I think Jules gets it wrong in his analysis of the options facing David Miliband. Jules writes:

If he doesn’t make an outright challenge for the leadership now, he will look like he has bottled it, twice, and will begin to look like the Michael Portillo of the Labour Party. If he does challenge Brown and lose, he will look like a loser. If he wins, he will most probably lose the election against Cameron, and will look like a loser. And, least likely scenario of all, if he wins the election against Cameron, he will still have to rule the country with a screwed up economy and a disgruntled electorate grown tired of Labour.

He should have let Brown lose, let the Tories win, let the Tories wallow in recession, let Labour re-group and himself assert his authority over the party in opposition, before coming back to beat the PR toff PM, who will very likely underperform when in power.

As I argued in my post on disruptive politics, the problem is in Jules’s seductively simple prescription that, after an election defeat, Miliband should “let Labour re-group and himself assert his authority over the party in opposition.”

That’s very unlikely to happen – even with a failing economy as the albatross around David Cameron’s neck.
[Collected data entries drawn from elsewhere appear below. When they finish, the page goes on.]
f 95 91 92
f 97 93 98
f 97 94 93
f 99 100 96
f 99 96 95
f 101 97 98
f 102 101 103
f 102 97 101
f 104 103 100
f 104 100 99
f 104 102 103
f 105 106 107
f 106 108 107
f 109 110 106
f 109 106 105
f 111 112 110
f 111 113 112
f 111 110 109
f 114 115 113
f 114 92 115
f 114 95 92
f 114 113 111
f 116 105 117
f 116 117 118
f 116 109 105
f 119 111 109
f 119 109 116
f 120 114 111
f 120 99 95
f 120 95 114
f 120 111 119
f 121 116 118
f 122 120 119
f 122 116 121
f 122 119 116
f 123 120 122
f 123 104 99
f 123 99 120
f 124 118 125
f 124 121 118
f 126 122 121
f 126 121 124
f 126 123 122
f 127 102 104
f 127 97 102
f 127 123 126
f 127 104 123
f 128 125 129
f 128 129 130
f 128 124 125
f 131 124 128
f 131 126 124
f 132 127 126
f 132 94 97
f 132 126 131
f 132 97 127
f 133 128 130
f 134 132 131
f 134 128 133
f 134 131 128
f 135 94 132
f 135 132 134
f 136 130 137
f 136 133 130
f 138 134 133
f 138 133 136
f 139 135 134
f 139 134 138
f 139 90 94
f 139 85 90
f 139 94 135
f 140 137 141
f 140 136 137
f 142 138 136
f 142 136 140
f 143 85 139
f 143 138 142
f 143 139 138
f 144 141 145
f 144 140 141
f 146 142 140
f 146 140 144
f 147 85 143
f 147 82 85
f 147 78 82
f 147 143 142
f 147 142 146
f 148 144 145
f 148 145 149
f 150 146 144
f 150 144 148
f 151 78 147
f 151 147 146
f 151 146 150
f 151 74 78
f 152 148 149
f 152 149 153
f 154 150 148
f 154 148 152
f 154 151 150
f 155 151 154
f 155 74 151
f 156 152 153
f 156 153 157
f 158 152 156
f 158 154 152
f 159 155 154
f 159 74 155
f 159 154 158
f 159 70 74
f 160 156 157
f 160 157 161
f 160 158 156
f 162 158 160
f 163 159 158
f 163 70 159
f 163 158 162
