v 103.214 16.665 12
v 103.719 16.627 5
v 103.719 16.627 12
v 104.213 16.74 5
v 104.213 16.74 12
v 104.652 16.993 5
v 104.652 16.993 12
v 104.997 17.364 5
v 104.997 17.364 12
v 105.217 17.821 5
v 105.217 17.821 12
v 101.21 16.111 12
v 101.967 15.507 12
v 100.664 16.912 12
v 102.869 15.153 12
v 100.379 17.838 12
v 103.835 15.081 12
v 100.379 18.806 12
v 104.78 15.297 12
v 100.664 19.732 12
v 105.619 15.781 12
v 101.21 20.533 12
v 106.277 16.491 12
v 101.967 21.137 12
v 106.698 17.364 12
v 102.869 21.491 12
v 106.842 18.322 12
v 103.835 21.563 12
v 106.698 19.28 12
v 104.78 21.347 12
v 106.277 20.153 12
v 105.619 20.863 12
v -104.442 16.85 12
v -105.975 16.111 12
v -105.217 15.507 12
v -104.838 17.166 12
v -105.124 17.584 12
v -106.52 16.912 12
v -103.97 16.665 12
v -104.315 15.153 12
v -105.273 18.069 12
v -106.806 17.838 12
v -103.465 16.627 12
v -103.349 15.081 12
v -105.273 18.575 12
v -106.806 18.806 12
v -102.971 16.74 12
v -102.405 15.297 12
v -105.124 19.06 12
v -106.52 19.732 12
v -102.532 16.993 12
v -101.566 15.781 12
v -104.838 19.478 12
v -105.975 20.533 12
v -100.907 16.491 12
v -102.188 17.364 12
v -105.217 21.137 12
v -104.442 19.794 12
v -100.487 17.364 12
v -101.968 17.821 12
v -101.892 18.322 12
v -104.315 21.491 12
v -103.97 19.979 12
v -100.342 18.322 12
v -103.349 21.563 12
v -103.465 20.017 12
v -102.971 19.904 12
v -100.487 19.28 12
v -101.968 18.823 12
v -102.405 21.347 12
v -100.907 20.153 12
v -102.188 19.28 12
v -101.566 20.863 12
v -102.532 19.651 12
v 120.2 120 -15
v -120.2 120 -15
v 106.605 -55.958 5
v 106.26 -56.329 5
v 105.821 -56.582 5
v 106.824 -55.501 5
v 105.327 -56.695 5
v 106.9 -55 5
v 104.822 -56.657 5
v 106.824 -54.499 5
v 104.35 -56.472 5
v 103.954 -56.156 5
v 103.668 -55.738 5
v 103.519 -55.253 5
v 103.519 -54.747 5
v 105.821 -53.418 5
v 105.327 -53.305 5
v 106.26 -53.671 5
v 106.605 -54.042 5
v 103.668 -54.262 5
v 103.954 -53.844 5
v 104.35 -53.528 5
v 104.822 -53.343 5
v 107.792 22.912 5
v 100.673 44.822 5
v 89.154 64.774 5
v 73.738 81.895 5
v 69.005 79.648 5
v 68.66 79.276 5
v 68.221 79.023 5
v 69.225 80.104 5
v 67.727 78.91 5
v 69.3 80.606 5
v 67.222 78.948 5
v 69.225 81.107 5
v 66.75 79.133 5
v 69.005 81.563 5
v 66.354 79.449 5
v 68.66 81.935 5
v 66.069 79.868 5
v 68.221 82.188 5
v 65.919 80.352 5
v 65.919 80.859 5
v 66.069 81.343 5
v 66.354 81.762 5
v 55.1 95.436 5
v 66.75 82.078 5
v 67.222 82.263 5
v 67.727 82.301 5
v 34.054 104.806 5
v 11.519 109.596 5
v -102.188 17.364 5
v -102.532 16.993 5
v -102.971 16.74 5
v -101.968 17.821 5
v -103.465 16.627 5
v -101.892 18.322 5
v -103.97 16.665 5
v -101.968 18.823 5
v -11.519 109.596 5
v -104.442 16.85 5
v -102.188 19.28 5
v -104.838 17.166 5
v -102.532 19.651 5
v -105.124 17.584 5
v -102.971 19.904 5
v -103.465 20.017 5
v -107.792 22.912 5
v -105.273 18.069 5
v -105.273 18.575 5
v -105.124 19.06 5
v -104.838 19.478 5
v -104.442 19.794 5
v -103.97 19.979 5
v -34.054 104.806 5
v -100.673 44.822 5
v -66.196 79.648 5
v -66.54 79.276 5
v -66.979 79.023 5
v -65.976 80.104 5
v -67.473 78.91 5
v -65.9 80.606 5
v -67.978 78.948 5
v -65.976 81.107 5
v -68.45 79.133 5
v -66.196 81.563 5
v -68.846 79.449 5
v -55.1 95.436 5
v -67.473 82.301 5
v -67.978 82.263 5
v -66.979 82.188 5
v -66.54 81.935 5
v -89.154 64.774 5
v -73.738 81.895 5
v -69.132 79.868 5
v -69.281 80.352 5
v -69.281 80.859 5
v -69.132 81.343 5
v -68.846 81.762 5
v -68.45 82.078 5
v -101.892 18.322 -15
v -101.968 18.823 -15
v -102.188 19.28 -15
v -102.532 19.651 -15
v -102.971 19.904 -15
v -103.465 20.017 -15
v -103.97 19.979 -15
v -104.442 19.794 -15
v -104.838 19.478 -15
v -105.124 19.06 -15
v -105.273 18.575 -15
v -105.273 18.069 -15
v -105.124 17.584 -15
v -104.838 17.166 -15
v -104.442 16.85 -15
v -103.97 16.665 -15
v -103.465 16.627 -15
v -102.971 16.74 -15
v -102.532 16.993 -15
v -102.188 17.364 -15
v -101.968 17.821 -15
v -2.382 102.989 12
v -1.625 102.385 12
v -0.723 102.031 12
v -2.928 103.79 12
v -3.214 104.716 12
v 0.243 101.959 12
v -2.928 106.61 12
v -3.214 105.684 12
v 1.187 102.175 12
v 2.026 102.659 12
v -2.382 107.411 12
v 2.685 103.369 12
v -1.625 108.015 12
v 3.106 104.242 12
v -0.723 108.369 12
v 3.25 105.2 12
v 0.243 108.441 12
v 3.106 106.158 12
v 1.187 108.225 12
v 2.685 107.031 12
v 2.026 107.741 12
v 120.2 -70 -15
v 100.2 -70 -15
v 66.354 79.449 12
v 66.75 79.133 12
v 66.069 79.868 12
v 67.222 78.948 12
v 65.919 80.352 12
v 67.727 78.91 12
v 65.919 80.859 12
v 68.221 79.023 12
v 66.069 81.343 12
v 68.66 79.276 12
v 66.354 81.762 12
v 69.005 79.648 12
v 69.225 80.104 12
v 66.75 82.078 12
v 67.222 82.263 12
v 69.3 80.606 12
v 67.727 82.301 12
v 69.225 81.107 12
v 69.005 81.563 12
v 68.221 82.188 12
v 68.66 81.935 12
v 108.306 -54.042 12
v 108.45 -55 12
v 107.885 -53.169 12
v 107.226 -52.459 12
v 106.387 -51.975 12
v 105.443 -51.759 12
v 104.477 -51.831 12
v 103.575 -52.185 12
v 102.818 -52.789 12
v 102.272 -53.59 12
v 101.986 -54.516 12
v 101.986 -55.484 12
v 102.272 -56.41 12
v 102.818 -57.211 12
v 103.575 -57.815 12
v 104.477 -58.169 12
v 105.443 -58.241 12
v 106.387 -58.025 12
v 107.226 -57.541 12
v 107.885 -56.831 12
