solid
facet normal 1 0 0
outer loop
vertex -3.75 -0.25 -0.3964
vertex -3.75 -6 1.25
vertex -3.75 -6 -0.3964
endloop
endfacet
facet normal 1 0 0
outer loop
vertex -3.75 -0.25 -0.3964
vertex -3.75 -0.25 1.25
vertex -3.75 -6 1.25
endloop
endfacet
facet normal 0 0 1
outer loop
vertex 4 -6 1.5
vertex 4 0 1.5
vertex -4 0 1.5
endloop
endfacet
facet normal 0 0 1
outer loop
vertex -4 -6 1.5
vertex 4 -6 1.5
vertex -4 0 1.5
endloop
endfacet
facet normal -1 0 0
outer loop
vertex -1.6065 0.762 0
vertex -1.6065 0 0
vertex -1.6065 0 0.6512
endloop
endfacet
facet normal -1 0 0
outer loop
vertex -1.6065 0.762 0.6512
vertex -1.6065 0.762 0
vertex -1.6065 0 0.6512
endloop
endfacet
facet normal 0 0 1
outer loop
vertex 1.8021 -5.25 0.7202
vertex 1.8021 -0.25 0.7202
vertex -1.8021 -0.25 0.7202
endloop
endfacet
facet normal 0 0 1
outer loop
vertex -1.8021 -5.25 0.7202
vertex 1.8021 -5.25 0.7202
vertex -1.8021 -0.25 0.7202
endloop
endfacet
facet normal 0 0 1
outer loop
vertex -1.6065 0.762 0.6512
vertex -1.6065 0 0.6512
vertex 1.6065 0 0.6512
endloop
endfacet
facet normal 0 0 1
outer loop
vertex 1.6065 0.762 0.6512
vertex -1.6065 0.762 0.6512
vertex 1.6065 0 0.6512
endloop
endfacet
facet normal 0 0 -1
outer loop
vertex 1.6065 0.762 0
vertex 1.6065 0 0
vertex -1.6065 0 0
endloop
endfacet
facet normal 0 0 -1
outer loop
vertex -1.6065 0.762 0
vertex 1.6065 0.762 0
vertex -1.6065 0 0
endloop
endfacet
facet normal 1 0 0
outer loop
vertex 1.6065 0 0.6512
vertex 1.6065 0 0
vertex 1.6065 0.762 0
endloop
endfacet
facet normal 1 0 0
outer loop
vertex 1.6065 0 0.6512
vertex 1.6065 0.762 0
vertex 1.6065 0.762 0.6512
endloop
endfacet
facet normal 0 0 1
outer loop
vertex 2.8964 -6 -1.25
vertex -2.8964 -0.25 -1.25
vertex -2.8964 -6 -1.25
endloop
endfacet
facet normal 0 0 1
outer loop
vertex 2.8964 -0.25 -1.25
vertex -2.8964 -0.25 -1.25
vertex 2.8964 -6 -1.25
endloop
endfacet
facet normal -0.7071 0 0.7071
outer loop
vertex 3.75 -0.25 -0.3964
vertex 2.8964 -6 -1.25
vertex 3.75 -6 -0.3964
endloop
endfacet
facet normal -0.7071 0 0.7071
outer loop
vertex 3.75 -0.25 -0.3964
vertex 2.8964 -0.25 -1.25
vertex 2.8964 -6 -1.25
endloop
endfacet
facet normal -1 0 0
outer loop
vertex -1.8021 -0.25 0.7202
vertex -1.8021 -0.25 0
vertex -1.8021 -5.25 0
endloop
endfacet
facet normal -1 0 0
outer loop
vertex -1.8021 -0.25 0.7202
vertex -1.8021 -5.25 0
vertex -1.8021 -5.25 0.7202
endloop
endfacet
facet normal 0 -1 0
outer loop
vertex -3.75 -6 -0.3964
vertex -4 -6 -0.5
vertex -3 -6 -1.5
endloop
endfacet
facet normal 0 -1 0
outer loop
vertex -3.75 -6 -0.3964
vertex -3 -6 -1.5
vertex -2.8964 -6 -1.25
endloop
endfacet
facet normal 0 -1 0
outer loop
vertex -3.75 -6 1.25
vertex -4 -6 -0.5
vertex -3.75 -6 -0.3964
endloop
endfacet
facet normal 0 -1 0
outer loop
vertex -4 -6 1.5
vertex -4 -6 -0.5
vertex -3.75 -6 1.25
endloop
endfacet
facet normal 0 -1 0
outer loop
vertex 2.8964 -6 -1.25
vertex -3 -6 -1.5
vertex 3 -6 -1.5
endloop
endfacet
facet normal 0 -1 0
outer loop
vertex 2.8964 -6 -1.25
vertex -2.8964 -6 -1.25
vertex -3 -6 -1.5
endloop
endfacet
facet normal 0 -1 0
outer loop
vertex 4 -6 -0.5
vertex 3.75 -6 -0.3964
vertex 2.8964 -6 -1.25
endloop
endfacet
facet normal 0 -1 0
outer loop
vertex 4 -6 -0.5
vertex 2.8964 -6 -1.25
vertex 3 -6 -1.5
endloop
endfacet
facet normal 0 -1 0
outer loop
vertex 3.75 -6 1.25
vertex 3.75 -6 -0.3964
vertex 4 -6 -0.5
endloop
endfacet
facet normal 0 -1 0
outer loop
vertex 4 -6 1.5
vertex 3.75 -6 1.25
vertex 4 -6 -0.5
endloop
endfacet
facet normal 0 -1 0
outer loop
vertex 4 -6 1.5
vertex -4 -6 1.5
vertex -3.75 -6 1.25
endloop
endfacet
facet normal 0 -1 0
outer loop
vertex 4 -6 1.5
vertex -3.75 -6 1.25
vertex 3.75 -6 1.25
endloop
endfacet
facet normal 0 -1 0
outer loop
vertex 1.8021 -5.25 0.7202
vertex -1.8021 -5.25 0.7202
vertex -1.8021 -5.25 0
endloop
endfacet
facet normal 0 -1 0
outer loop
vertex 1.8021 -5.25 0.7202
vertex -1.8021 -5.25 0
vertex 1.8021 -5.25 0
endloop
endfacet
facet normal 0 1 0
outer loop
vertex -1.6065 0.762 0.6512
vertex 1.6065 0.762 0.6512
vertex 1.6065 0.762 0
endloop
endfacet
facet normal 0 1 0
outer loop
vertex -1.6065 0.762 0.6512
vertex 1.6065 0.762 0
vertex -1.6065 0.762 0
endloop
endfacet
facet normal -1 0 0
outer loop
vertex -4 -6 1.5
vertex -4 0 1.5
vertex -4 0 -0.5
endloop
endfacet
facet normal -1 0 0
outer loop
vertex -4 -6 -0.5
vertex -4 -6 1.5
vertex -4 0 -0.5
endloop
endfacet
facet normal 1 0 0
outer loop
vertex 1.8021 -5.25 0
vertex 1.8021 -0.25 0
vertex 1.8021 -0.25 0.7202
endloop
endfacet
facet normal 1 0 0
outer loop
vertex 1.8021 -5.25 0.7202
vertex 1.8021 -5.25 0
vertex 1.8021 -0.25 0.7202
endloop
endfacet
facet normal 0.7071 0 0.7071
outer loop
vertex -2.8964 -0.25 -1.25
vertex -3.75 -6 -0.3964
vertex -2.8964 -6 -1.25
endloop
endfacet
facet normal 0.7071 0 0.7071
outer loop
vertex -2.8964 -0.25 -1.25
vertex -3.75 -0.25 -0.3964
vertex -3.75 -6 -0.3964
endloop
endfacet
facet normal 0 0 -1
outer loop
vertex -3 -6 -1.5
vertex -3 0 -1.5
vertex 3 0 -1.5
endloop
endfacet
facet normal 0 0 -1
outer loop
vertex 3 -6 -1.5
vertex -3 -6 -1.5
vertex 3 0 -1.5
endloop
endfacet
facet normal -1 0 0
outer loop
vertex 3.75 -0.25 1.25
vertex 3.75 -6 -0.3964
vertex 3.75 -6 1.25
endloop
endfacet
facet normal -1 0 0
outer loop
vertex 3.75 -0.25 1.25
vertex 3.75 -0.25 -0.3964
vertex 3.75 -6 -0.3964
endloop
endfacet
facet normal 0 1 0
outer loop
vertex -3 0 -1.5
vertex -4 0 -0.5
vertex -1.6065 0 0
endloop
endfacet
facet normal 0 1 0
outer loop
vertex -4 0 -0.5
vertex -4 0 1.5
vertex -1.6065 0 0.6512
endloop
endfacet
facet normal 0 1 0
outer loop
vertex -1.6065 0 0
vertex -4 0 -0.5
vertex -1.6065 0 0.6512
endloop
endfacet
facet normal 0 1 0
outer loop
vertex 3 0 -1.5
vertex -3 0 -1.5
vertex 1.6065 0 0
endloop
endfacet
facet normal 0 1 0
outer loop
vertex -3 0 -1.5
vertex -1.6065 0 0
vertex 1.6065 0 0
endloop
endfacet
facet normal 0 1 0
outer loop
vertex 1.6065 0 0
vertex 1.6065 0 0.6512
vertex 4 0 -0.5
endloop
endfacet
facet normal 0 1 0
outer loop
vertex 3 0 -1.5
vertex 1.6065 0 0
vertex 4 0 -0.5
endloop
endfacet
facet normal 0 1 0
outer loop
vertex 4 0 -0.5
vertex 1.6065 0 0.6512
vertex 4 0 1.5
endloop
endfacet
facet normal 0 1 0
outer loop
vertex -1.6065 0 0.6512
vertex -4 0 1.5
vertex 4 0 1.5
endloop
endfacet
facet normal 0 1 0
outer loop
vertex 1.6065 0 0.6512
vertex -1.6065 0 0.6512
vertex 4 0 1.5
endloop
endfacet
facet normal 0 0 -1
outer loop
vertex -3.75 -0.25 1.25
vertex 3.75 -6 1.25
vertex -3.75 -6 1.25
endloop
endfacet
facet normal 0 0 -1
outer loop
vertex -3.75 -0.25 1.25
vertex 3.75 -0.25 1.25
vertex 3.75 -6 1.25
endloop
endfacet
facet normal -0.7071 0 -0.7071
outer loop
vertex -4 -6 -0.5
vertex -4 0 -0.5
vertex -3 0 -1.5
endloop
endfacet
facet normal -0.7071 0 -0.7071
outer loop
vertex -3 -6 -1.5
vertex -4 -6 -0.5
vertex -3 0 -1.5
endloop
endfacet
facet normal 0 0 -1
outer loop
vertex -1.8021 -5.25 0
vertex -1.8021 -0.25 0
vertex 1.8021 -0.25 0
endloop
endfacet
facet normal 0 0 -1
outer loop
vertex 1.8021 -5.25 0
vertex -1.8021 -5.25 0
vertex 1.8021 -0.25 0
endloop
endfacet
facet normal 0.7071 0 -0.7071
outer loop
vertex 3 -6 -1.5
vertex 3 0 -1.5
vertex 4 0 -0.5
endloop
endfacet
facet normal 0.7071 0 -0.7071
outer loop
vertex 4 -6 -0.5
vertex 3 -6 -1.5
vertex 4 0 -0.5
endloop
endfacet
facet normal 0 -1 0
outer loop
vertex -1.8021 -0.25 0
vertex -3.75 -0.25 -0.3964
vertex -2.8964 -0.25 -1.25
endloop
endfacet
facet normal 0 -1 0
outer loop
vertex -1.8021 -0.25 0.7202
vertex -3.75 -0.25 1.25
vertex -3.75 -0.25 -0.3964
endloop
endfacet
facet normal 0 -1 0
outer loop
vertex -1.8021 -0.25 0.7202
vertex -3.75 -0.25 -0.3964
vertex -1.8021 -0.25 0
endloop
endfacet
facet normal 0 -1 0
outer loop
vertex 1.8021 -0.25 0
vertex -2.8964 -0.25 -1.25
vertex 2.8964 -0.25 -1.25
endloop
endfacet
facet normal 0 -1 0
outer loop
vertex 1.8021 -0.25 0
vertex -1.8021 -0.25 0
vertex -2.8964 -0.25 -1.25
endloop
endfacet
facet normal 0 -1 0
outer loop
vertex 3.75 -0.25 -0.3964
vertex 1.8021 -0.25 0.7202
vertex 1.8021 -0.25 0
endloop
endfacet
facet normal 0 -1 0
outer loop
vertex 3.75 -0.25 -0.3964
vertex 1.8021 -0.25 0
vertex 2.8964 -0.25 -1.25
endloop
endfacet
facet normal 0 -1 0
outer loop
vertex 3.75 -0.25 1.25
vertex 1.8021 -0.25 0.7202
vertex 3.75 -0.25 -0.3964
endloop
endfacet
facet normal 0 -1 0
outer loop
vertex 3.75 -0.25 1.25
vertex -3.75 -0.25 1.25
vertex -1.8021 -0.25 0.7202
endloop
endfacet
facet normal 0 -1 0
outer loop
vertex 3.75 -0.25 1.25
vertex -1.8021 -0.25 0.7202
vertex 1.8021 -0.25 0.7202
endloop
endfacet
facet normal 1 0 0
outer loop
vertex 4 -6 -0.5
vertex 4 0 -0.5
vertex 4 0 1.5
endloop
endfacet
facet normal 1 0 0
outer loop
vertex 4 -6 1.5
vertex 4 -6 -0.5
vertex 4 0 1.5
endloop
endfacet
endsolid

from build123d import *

# Parameters (mm, degrees)
F1_DEPTH = 6
F2_T     = -0.25
F3_W     = 1.8021183787
F3_H     = 0.7201734115
F4_DEPTH = 5
F5_W     = 1.6065204982
F5_H     = 0.6512082182
F6_DEPTH = 0.762


with BuildPart() as f1:
    # F0 (on Front) → F1 (new body)
    with BuildSketch(Plane.XZ):
        Polygon((4, -0.5), (4, 1.5), (-4, 1.5), (-4, -0.5), (-3, -1.5), (3, -1.5), align=None)
    extrude(amount=F1_DEPTH)

    # F2
    f2_openings = [f1.faces().sort_by_distance(p)[0] for p in [
        (0, -6, 0.050725),
    ]]
    offset(amount=F2_T, openings=f2_openings)

    # F3 (on face) → F4 (join)
    with BuildSketch(Plane.XZ.offset(0.25)):
        with Locations((-0.9010591893, 0.3600867058)):
            Rectangle(F3_W, F3_H)
        with Locations((0.9010591893, 0.3600867058)):
            Rectangle(F3_W, F3_H)
    extrude(amount=F4_DEPTH)

    # F5 (on face) → F6 (join)
    with BuildSketch(Plane(origin=(0, 0, 0), x_dir=(-1, 0, 0), z_dir=(0, 1, 0))):
        with Locations((0.8032602491, 0.3256041091)):
            Rectangle(F5_W, F5_H)
        with Locations((-0.8032602491, 0.3256041091)):
            Rectangle(F5_W, F5_H)
    extrude(amount=F6_DEPTH)


solid = f1.part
In opposition, demoralised by electoral humiliation, and with many of its most talented figures without seats, the Labour Party is almost certain to tear itself apart (with the media fuelling the frenzy).

That’s why Miliband’s best hope (from a self-interested point of view) is to take over now, head quickly for an election, and use his honeymoon bounce to try and turn a disastrous loss into the kind of battling one that the British love.

Momentum is everything in politics. If Miliband’s Labour were to lose the election on the up, then Cameron would take over as PM already looking rattled. In opposition, Miliband could focus his troops on a counter-attack – encouraging the media to sniff Tory not Labour blood.

Take over after a monumental landslide, in contrast, and the psychological damage would already have been done. Labour will spend years portrayed as hapless losers – remember how long it took the Conservatives to escape from this trap.

Miliband would not longer be a prospective Prime Minister. He’d be William Hague, starting a painful period of rebuilding that will benefit the next leader, or the next but one. Then his best hope would be ending up as Foreign Secretary again – in nine or ten years’ time.